**WORK REQUEST:**
When you reach the line with "f 109 152 111" in the data below, begin printing lines exactly, and stop once the line with "f 130 131 164" has been printed.
*** Opening DATA SECTION ***
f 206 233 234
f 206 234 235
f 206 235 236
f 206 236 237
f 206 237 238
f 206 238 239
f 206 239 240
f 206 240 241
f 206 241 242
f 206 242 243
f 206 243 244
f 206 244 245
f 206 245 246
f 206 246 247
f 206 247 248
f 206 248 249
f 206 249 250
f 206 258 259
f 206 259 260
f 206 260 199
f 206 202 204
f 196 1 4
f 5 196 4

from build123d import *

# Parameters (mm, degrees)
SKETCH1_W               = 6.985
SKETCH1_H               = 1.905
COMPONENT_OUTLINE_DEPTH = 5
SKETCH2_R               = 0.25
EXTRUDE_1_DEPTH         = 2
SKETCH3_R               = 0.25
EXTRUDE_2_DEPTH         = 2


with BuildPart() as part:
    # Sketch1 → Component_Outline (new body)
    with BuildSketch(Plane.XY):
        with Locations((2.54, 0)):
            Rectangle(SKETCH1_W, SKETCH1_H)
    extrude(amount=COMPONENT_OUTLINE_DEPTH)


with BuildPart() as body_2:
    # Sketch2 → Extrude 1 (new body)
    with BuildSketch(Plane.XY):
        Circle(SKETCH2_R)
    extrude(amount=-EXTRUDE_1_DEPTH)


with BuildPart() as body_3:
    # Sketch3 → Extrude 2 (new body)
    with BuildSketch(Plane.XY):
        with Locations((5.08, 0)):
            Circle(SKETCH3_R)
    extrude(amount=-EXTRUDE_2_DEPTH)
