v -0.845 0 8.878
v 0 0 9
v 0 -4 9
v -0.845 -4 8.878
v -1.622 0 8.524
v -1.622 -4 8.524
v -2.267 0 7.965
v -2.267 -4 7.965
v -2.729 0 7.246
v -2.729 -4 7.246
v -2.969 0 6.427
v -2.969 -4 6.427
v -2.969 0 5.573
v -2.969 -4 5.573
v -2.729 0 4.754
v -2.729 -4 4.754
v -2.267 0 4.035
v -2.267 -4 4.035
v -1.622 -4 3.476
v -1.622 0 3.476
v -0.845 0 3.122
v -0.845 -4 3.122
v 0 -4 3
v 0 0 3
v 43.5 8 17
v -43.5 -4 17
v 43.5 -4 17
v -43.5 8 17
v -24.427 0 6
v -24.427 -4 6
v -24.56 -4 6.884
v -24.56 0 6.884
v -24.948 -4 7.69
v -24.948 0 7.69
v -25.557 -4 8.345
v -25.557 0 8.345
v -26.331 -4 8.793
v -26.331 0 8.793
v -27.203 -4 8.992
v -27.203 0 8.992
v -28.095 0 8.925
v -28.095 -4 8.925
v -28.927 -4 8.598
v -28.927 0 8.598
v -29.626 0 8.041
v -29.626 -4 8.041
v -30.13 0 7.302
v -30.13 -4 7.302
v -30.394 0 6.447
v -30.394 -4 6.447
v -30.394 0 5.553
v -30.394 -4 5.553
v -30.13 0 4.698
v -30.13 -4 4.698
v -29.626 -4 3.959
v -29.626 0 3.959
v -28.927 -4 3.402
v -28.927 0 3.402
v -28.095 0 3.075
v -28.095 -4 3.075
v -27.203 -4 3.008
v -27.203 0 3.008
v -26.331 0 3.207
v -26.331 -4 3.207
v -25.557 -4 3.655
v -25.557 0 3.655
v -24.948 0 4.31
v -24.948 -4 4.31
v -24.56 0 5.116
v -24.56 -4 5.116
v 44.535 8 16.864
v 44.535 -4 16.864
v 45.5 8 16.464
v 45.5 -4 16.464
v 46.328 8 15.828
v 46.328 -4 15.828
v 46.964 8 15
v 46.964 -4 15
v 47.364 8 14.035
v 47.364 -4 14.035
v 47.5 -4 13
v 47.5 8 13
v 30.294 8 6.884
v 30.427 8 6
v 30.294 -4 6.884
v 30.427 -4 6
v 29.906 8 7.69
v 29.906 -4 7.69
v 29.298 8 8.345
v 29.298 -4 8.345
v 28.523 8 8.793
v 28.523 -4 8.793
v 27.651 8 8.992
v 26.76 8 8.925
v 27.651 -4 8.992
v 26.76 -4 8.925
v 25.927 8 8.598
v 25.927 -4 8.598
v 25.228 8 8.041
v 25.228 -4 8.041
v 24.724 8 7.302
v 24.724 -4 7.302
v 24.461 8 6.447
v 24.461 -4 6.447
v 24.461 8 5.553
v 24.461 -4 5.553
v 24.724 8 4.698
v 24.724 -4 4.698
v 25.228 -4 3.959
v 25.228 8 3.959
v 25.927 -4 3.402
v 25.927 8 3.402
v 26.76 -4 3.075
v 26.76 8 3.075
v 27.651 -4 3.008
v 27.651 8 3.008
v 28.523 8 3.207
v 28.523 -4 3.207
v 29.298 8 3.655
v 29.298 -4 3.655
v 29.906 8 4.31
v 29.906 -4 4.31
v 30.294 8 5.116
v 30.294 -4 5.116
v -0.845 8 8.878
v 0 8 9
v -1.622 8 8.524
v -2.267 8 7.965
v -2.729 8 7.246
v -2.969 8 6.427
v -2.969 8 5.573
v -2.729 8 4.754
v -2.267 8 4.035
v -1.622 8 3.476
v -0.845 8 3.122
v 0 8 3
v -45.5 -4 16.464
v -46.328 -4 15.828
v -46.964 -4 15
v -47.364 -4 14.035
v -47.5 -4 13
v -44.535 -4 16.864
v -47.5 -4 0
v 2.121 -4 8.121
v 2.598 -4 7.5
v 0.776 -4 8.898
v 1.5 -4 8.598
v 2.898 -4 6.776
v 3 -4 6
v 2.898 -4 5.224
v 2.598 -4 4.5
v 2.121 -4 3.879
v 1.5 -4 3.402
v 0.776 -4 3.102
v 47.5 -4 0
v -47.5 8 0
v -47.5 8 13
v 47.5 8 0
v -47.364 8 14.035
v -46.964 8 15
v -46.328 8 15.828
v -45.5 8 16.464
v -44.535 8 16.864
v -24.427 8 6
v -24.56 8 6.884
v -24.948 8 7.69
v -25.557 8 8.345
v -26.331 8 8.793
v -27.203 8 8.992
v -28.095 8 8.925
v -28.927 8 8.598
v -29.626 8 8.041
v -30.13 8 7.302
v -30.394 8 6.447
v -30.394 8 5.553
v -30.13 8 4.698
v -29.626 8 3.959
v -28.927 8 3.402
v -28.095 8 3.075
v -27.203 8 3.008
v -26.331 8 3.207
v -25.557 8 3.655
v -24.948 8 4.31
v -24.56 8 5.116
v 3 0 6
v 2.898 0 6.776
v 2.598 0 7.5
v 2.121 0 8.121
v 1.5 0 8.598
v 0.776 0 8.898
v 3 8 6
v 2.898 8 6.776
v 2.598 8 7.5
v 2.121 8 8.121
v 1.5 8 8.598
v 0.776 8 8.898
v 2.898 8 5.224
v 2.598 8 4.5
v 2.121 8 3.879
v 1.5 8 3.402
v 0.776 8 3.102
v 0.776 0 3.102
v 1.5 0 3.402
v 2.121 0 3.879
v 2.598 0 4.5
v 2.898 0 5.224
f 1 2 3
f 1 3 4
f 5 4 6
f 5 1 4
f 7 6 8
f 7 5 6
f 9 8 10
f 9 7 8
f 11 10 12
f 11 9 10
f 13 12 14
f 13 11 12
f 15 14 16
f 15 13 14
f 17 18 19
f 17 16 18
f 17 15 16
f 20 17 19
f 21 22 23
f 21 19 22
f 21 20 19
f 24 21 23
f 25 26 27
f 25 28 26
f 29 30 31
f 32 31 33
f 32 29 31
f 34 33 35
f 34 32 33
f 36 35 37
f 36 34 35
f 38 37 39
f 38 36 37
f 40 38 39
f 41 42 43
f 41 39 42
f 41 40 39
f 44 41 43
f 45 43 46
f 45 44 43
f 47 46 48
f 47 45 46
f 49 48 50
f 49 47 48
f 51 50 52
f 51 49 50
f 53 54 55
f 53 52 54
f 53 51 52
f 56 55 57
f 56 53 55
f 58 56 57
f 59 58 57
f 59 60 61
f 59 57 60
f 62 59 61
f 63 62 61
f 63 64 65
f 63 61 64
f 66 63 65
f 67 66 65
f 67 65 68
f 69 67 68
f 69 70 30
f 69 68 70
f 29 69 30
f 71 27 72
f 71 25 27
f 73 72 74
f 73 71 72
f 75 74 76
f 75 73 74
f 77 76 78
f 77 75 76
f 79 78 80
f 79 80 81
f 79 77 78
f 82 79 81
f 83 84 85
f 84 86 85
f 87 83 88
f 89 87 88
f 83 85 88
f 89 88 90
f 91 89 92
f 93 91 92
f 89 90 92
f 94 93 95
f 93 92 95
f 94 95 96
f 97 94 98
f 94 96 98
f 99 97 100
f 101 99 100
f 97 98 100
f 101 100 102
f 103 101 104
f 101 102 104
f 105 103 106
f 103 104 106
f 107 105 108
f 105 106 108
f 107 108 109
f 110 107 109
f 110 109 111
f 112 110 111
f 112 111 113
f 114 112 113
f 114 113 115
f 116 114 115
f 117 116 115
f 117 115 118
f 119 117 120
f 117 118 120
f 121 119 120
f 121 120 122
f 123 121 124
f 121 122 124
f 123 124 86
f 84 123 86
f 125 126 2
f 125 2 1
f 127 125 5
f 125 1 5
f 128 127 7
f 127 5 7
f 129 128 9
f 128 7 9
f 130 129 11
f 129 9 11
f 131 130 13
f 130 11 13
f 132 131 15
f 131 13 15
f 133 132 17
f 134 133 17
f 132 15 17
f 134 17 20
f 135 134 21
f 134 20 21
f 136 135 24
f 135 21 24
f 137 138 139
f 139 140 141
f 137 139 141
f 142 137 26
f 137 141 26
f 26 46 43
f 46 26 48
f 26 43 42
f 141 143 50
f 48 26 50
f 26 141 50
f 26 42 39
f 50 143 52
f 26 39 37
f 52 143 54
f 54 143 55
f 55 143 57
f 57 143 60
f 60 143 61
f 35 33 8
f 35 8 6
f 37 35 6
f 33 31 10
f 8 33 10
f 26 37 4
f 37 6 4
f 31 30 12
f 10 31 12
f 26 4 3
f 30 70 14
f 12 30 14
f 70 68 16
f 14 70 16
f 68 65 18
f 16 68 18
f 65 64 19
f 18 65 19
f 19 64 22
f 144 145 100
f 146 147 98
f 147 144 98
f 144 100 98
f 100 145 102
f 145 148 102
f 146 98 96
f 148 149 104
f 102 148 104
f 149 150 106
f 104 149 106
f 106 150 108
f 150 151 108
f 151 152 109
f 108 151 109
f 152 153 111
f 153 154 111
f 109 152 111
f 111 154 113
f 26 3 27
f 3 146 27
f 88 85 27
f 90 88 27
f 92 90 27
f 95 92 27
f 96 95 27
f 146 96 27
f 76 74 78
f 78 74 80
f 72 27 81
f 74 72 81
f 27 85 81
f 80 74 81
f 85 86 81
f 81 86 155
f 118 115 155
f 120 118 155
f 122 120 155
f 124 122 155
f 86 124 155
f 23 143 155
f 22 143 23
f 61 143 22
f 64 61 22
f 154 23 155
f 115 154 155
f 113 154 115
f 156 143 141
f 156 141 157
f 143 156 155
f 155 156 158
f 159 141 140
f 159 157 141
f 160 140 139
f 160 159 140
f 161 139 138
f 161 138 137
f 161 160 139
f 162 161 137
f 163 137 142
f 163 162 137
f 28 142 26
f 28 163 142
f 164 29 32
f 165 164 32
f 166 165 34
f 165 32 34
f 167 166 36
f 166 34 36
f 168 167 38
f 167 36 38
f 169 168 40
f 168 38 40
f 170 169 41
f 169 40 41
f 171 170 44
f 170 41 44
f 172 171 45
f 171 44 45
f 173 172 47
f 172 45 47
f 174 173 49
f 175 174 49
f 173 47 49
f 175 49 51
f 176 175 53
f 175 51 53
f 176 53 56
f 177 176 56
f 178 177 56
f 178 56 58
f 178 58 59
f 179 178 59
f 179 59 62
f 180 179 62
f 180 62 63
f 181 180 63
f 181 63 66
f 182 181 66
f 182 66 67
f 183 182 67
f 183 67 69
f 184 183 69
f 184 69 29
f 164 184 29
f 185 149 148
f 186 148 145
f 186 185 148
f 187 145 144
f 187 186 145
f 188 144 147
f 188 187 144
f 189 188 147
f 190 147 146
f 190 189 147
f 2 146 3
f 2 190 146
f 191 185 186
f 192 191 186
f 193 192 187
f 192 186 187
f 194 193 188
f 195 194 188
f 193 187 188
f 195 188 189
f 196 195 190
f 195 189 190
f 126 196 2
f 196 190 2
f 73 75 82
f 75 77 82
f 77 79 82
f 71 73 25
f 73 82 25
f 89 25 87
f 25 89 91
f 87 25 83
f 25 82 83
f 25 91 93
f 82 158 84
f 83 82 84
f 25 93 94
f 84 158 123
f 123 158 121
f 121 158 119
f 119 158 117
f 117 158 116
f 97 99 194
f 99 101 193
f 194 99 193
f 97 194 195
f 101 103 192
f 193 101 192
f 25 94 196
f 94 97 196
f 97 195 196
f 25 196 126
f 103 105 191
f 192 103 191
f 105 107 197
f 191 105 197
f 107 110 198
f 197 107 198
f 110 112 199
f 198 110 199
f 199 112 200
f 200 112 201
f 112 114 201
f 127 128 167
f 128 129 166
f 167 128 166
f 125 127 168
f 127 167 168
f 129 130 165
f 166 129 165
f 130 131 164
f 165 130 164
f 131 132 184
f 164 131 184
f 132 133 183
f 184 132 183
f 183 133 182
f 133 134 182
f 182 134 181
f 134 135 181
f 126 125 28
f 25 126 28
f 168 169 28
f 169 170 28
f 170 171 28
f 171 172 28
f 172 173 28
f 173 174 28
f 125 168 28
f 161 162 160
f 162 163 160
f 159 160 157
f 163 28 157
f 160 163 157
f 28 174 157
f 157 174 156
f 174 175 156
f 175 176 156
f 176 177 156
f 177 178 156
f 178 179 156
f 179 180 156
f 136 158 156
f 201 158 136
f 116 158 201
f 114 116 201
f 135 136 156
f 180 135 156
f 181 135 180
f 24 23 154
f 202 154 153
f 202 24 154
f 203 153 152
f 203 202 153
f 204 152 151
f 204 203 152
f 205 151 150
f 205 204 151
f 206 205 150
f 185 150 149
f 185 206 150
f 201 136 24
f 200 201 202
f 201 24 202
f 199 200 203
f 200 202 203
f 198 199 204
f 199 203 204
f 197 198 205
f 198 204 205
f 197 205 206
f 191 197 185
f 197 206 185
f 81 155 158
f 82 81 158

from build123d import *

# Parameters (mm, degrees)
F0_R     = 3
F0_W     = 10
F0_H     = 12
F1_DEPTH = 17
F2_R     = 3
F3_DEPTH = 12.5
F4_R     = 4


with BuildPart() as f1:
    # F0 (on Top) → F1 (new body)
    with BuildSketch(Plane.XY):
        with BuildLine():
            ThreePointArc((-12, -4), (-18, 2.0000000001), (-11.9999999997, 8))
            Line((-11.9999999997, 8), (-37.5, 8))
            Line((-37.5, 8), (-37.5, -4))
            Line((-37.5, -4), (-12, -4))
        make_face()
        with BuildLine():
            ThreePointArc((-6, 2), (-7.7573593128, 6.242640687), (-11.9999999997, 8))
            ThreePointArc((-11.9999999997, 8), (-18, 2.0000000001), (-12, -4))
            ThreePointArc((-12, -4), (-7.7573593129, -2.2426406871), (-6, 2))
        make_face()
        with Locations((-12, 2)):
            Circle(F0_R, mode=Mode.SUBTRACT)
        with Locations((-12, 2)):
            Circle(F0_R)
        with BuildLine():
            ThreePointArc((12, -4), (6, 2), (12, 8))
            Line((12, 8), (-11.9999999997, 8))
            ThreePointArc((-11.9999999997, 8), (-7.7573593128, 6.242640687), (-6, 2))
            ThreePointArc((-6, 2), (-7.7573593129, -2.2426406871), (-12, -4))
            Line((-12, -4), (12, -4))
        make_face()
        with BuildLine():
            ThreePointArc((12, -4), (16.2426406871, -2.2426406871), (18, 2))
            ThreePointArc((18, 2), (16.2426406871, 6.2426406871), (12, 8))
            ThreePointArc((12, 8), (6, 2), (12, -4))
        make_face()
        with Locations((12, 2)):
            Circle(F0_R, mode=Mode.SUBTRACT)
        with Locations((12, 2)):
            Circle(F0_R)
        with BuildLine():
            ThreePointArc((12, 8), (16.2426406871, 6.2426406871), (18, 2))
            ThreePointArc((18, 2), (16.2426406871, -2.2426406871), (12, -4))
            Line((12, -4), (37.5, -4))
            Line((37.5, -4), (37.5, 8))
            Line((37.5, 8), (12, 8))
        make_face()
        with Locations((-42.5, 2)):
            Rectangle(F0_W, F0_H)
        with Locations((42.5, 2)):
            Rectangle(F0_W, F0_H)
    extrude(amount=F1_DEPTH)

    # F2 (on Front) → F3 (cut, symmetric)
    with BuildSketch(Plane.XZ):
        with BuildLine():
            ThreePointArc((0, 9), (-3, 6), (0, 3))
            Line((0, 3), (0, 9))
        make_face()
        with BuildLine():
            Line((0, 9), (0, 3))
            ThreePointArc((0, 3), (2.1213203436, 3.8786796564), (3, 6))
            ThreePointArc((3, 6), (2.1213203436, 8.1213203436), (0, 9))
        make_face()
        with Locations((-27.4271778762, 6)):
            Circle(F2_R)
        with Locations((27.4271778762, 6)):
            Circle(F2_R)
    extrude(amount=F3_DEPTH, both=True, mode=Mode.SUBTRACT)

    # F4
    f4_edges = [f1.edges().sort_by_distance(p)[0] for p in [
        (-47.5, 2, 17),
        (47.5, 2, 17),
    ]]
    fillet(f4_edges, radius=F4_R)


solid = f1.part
*** Closing DATA SECTION ***
**THE COMPLETED TASK:**
f 109 152 111
f 111 154 113
f 26 3 27
f 3 146 27
f 88 85 27
f 90 88 27
f 92 90 27
f 95 92 27
f 96 95 27
f 146 96 27
f 76 74 78
f 78 74 80
f 72 27 81
f 74 72 81
f 27 85 81
f 80 74 81
f 85 86 81
f 81 86 155
f 118 115 155
f 120 118 155
f 122 120 155
f 124 122 155
f 86 124 155
f 23 143 155
f 22 143 23
f 61 143 22
f 64 61 22
f 154 23 155
f 115 154 155
f 113 154 115
f 156 143 141
f 156 141 157
f 143 156 155
f 155 156 158
f 159 141 140
f 159 157 141
f 160 140 139
f 160 159 140
f 161 139 138
f 161 138 137
f 161 160 139
f 162 161 137
f 163 137 142
f 163 162 137
f 28 142 26
f 28 163 142
f 164 29 32
f 165 164 32
f 166 165 34
f 165 32 34
f 167 166 36
f 166 34 36
f 168 167 38
f 167 36 38
f 169 168 40
f 168 38 40
f 170 169 41
f 169 40 41
f 171 170 44
f 170 41 44
f 172 171 45
f 171 44 45
f 173 172 47
f 172 45 47
f 174 173 49
f 175 174 49
f 173 47 49
f 175 49 51
f 176 175 53
f 175 51 53
f 176 53 56
f 177 176 56
f 178 177 56
f 178 56 58
f 178 58 59
f 179 178 59
f 179 59 62
f 180 179 62
f 180 62 63
f 181 180 63
f 181 63 66
f 182 181 66
f 182 66 67
f 183 182 67
f 183 67 69
f 184 183 69
f 184 69 29
f 164 184 29
f 185 149 148
f 186 148 145
f 186 185 148
f 187 145 144
f 187 186 145
f 188 144 147
f 188 187 144
f 189 188 147
f 190 147 146
f 190 189 147
f 2 146 3
f 2 190 146
f 191 185 186
f 192 191 186
f 193 192 187
f 192 186 187
f 194 193 188
f 195 194 188
f 193 187 188
f 195 188 189
f 196 195 190
f 195 189 190
f 126 196 2
f 196 190 2
f 73 75 82
f 75 77 82
f 77 79 82
f 71 73 25
f 73 82 25
f 89 25 87
f 25 89 91
f 87 25 83
f 25 82 83
f 25 91 93
f 82 158 84
f 83 82 84
f 25 93 94
f 84 158 123
f 123 158 121
f 121 158 119
f 119 158 117
f 117 158 116
f 97 99 194
f 99 101 193
f 194 99 193
f 97 194 195
f 101 103 192
f 193 101 192
f 25 94 196
f 94 97 196
f 97 195 196
f 25 196 126
f 103 105 191
f 192 103 191
f 105 107 197
f 191 105 197
f 107 110 198
f 197 107 198
f 110 112 199
f 198 110 199
f 199 112 200
f 200 112 201
f 112 114 201
f 127 128 167
f 128 129 166
f 167 128 166
f 125 127 168
f 127 167 168
f 129 130 165
f 166 129 165
f 130 131 164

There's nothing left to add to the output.